§ Brief
Transcribe exactly the lines that fall between the one holding "Line((-210.398336, 38.076529), (-231.648336, 38.076529))" and the one holding "54.867967), (-237.398336, 46.133099))", inclusive, from the entries below.

━━━ Exercise materials ━━━

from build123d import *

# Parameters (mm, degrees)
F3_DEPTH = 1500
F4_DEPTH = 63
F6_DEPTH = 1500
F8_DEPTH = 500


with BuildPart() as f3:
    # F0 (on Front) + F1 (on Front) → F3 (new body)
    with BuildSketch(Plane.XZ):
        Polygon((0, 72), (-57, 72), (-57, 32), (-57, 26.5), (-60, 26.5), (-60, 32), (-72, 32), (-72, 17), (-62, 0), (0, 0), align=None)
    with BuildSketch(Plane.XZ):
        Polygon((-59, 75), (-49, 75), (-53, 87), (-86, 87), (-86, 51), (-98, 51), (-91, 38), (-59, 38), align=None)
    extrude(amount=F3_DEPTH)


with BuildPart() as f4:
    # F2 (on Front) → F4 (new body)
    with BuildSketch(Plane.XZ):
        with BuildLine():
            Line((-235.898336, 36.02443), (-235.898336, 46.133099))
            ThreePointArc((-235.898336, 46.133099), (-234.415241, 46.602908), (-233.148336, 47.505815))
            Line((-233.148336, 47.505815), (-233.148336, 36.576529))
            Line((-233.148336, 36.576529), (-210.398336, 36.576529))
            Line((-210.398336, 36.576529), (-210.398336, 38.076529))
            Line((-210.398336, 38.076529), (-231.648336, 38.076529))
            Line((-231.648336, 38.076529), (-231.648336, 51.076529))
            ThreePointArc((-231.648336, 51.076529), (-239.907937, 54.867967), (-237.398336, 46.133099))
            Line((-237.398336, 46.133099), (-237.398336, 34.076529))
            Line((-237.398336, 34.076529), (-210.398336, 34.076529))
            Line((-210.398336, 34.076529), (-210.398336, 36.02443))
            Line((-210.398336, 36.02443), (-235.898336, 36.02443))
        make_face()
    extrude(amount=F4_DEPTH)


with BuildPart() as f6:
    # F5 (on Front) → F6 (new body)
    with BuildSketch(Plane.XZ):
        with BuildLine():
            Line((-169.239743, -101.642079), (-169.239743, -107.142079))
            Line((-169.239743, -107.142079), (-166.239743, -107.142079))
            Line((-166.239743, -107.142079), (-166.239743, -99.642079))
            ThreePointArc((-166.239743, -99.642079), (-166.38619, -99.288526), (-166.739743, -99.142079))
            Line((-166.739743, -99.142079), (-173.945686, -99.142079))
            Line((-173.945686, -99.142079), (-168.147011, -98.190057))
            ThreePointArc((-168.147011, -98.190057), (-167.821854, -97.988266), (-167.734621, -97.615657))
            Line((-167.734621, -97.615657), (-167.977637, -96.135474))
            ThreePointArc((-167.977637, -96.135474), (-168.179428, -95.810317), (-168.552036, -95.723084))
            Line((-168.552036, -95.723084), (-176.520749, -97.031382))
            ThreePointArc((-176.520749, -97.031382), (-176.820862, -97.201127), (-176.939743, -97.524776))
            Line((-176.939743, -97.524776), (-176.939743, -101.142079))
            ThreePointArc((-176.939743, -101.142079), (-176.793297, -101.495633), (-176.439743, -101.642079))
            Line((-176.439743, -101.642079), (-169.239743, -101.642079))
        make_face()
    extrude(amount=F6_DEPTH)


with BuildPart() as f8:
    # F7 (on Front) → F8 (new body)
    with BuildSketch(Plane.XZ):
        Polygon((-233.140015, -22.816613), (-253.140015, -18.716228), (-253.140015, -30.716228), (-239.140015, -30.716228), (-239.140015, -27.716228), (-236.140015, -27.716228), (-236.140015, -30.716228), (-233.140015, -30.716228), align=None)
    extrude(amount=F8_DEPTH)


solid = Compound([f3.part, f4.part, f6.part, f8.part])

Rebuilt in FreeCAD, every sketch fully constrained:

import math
import FreeCAD as App
import Part
import Sketcher

doc = App.newDocument("Part")
body = doc.addObject("PartDesign::Body", "Body")
body.AllowCompound = True

# Sketch on XZ plane
sketch1 = doc.addObject("Sketcher::SketchObject", "Sketch")
body.addObject(sketch1)
sketch1.AttachmentSupport = (doc.XZ_Plane, [""])
sketch1.MapMode = "FlatFace"
sketch1.addGeometry(Part.LineSegment(App.Vector(0, 72, 0), App.Vector(-57, 72, 0)), False)
sketch1.addGeometry(Part.LineSegment(App.Vector(-57, 72, 0), App.Vector(-57, 26.5, 0)), False)
sketch1.addGeometry(Part.LineSegment(App.Vector(-57, 26.5, 0), App.Vector(-60, 26.5, 0)), False)
sketch1.addGeometry(Part.LineSegment(App.Vector(-60, 26.5, 0), App.Vector(-60, 32, 0)), False)
sketch1.addGeometry(Part.LineSegment(App.Vector(-60, 32, 0), App.Vector(-72, 32, 0)), False)
sketch1.addGeometry(Part.LineSegment(App.Vector(-72, 32, 0), App.Vector(-72, 17, 0)), False)
sketch1.addGeometry(Part.LineSegment(App.Vector(-72, 17, 0), App.Vector(-62, 0, 0)), False)
sketch1.addGeometry(Part.LineSegment(App.Vector(-62, 0, 0), App.Vector(0, 0, 0)), False)
sketch1.addGeometry(Part.LineSegment(App.Vector(0, 0, 0), App.Vector(0, 72, 0)), False)
sketch1.addGeometry(Part.LineSegment(App.Vector(-59, 75, 0), App.Vector(-49, 75, 0)), False)
sketch1.addGeometry(Part.LineSegment(App.Vector(-49, 75, 0), App.Vector(-53, 87, 0)), False)
sketch1.addGeometry(Part.LineSegment(App.Vector(-53, 87, 0), App.Vector(-86, 87, 0)), False)
sketch1.addGeometry(Part.LineSegment(App.Vector(-86, 87, 0), App.Vector(-86, 51, 0)), False)
sketch1.addGeometry(Part.LineSegment(App.Vector(-86, 51, 0), App.Vector(-98, 51, 0)), False)
sketch1.addGeometry(Part.LineSegment(App.Vector(-98, 51, 0), App.Vector(-91, 38, 0)), False)
sketch1.addGeometry(Part.LineSegment(App.Vector(-91, 38, 0), App.Vector(-59, 38, 0)), False)
sketch1.addGeometry(Part.LineSegment(App.Vector(-59, 38, 0), App.Vector(-59, 75, 0)), False)
sketch1.addConstraint(Sketcher.Constraint("Coincident", 0, 2, 1, 1))
sketch1.addConstraint(Sketcher.Constraint("Coincident", 1, 2, 2, 1))
sketch1.addConstraint(Sketcher.Constraint("Coincident", 2, 2, 3, 1))
sketch1.addConstraint(Sketcher.Constraint("Coincident", 3, 2, 4, 1))
sketch1.addConstraint(Sketcher.Constraint("Coincident", 4, 2, 5, 1))
sketch1.addConstraint(Sketcher.Constraint("Coincident", 5, 2, 6, 1))
sketch1.addConstraint(Sketcher.Constraint("Coincident", 6, 2, 7, 1))
sketch1.addConstraint(Sketcher.Constraint("Coincident", 7, 2, 8, 1))
sketch1.addConstraint(Sketcher.Constraint("Coincident", 8, 2, 0, 1))
sketch1.addConstraint(Sketcher.Constraint("Coincident", 9, 2, 10, 1))
sketch1.addConstraint(Sketcher.Constraint("Coincident", 10, 2, 11, 1))
sketch1.addConstraint(Sketcher.Constraint("Coincident", 11, 2, 12, 1))
sketch1.addConstraint(Sketcher.Constraint("Coincident", 12, 2, 13, 1))
sketch1.addConstraint(Sketcher.Constraint("Coincident", 13, 2, 14, 1))
sketch1.addConstraint(Sketcher.Constraint("Coincident", 14, 2, 15, 1))
sketch1.addConstraint(Sketcher.Constraint("Coincident", 15, 2, 16, 1))
sketch1.addConstraint(Sketcher.Constraint("Coincident", 16, 2, 9, 1))
sketch1.addConstraint(Sketcher.Constraint("Horizontal", 0))
sketch1.addConstraint(Sketcher.Constraint("Vertical", 1))
sketch1.addConstraint(Sketcher.Constraint("Horizontal", 2))
sketch1.addConstraint(Sketcher.Constraint("Vertical", 3))
sketch1.addConstraint(Sketcher.Constraint("Horizontal", 4))
sketch1.addConstraint(Sketcher.Constraint("Vertical", 5))
sketch1.addConstraint(Sketcher.Constraint("Horizontal", 7))
sketch1.addConstraint(Sketcher.Constraint("Vertical", 8))
sketch1.addConstraint(Sketcher.Constraint("Horizontal", 9))
sketch1.addConstraint(Sketcher.Constraint("Horizontal", 11))
sketch1.addConstraint(Sketcher.Constraint("Vertical", 12))
sketch1.addConstraint(Sketcher.Constraint("Horizontal", 13))
sketch1.addConstraint(Sketcher.Constraint("Horizontal", 15))
sketch1.addConstraint(Sketcher.Constraint("Vertical", 16))
sketch1.addConstraint(Sketcher.Constraint("Coincident", 7, 2, -1, 1))
sketch1.addConstraint(Sketcher.Constraint("Equal", 4, 13))
sketch1.addConstraint(Sketcher.Constraint("DistanceX", 0, 2, 0, 1, 57.0))
sketch1.addConstraint(Sketcher.Constraint("DistanceX", 2, 2, 2, 1, 3.0))
sketch1.addConstraint(Sketcher.Constraint("DistanceX", 4, 2, 4, 1, 12.0))
sketch1.addConstraint(Sketcher.Constraint("DistanceX", 7, 1, 7, 2, 62.0))
sketch1.addConstraint(Sketcher.Constraint("DistanceX", 9, 1, 9, 2, 10.0))
sketch1.addConstraint(Sketcher.Constraint("DistanceX", 11, 2, 11, 1, 33.0))
sketch1.addConstraint(Sketcher.Constraint("DistanceX", 15, 1, 15, 2, 32.0))
sketch1.addConstraint(Sketcher.Constraint("DistanceY", 5, 2, 5, 1, 15.0))
sketch1.addConstraint(Sketcher.Constraint("DistanceY", 8, 1, 8, 2, 72.0))
sketch1.addConstraint(Sketcher.Constraint("DistanceY", 12, 2, 12, 1, 36.0))
sketch1.addConstraint(Sketcher.Constraint("DistanceY", 16, 1, 16, 2, 37.0))
sketch1.addConstraint(Sketcher.Constraint("DistanceY", 1, 2, 1, 1, 45.5))
sketch1.addConstraint(Sketcher.Constraint("DistanceY", 3, 1, 3, 2, 5.5))
sketch1.addConstraint(Sketcher.Constraint("DistanceX", 9, 2, -1, 1, 49.0))
sketch1.addConstraint(Sketcher.Constraint("DistanceY", -1, 1, 9, 2, 75.0))
sketch1.addConstraint(Sketcher.Constraint("DistanceX", 10, 2, -1, 1, 53.0))
sketch1.addConstraint(Sketcher.Constraint("DistanceY", -1, 1, 10, 2, 87.0))
pad1 = doc.addObject("PartDesign::Pad", "Pad")
body.addObject(pad1)
pad1.Profile = sketch1
pad1.Length = 1500
body2 = doc.addObject("PartDesign::Body", "Body001")

# Sketch on XZ plane
sketch2 = doc.addObject("Sketcher::SketchObject", "Sketch001")
body2.addObject(sketch2)
sketch2.AttachmentSupport = (doc.getObject("XZ_Plane001"), [""])
sketch2.MapMode = "FlatFace"
sketch2.addGeometry(Part.LineSegment(App.Vector(-235.9, 36, 0), App.Vector(-235.9, 46.1, 0)), False)
sketch2.addGeometry(Part.ArcOfCircle(Part.Circle(App.Vector(-236.6, 51.1, 0), App.Vector(0, 0, 1), 5), math.radians(-81), math.radians(-46)), False)
sketch2.addGeometry(Part.LineSegment(App.Vector(-233.1, 47.5, 0), App.Vector(-233.1, 36.6, 0)), False)
sketch2.addGeometry(Part.LineSegment(App.Vector(-233.1, 36.6, 0), App.Vector(-210.4, 36.6, 0)), False)
sketch2.addGeometry(Part.LineSegment(App.Vector(-210.4, 36.6, 0), App.Vector(-210.4, 38.1, 0)), False)
sketch2.addGeometry(Part.LineSegment(App.Vector(-210.4, 38.1, 0), App.Vector(-231.6, 38.1, 0)), False)
sketch2.addGeometry(Part.LineSegment(App.Vector(-231.6, 38.1, 0), App.Vector(-231.6, 51.1, 0)), False)
sketch2.addGeometry(Part.ArcOfCircle(Part.Circle(App.Vector(-236.6, 51.1, 0), App.Vector(0, 0, 1), 5), math.radians(0), math.radians(261)), False)
sketch2.addGeometry(Part.LineSegment(App.Vector(-237.4, 46.1, 0), App.Vector(-237.4, 34.1, 0)), False)
sketch2.addGeometry(Part.LineSegment(App.Vector(-237.4, 34.1, 0), App.Vector(-210.4, 34.1, 0)), False)
sketch2.addGeometry(Part.LineSegment(App.Vector(-210.4, 34.1, 0), App.Vector(-210.4, 36, 0)), False)
sketch2.addGeometry(Part.LineSegment(App.Vector(-210.4, 36, 0), App.Vector(-235.9, 36, 0)), False)
sketch2.addConstraint(Sketcher.Constraint("Coincident", 0, 2, 1, 1))
sketch2.addConstraint(Sketcher.Constraint("Coincident", 1, 2, 2, 1))
sketch2.addConstraint(Sketcher.Constraint("Coincident", 2, 2, 3, 1))
sketch2.addConstraint(Sketcher.Constraint("Coincident", 3, 2, 4, 1))
sketch2.addConstraint(Sketcher.Constraint("Coincident", 4, 2, 5, 1))
sketch2.addConstraint(Sketcher.Constraint("Coincident", 5, 2, 6, 1))
sketch2.addConstraint(Sketcher.Constraint("Tangent", 6, 2, 7, 1))
sketch2.addConstraint(Sketcher.Constraint("Coincident", 7, 2, 8, 1))
sketch2.addConstraint(Sketcher.Constraint("Coincident", 8, 2, 9, 1))
sketch2.addConstraint(Sketcher.Constraint("Coincident", 9, 2, 10, 1))
sketch2.addConstraint(Sketcher.Constraint("Coincident", 10, 2, 11, 1))
sketch2.addConstraint(Sketcher.Constraint("Coincident", 11, 2, 0, 1))
sketch2.addConstraint(Sketcher.Constraint("Vertical", 0))
sketch2.addConstraint(Sketcher.Constraint("Vertical", 2))
sketch2.addConstraint(Sketcher.Constraint("Horizontal", 3))
sketch2.addConstraint(Sketcher.Constraint("Vertical", 4))
sketch2.addConstraint(Sketcher.Constraint("Horizontal", 5))
sketch2.addConstraint(Sketcher.Constraint("Vertical", 6))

━━━

§ Answer below
            Line((-210.398336, 38.076529), (-231.648336, 38.076529))
            Line((-231.648336, 38.076529), (-231.648336, 51.076529))
            ThreePointArc((-231.648336, 51.076529), (-239.907937, 54.867967), (-237.398336, 46.133099))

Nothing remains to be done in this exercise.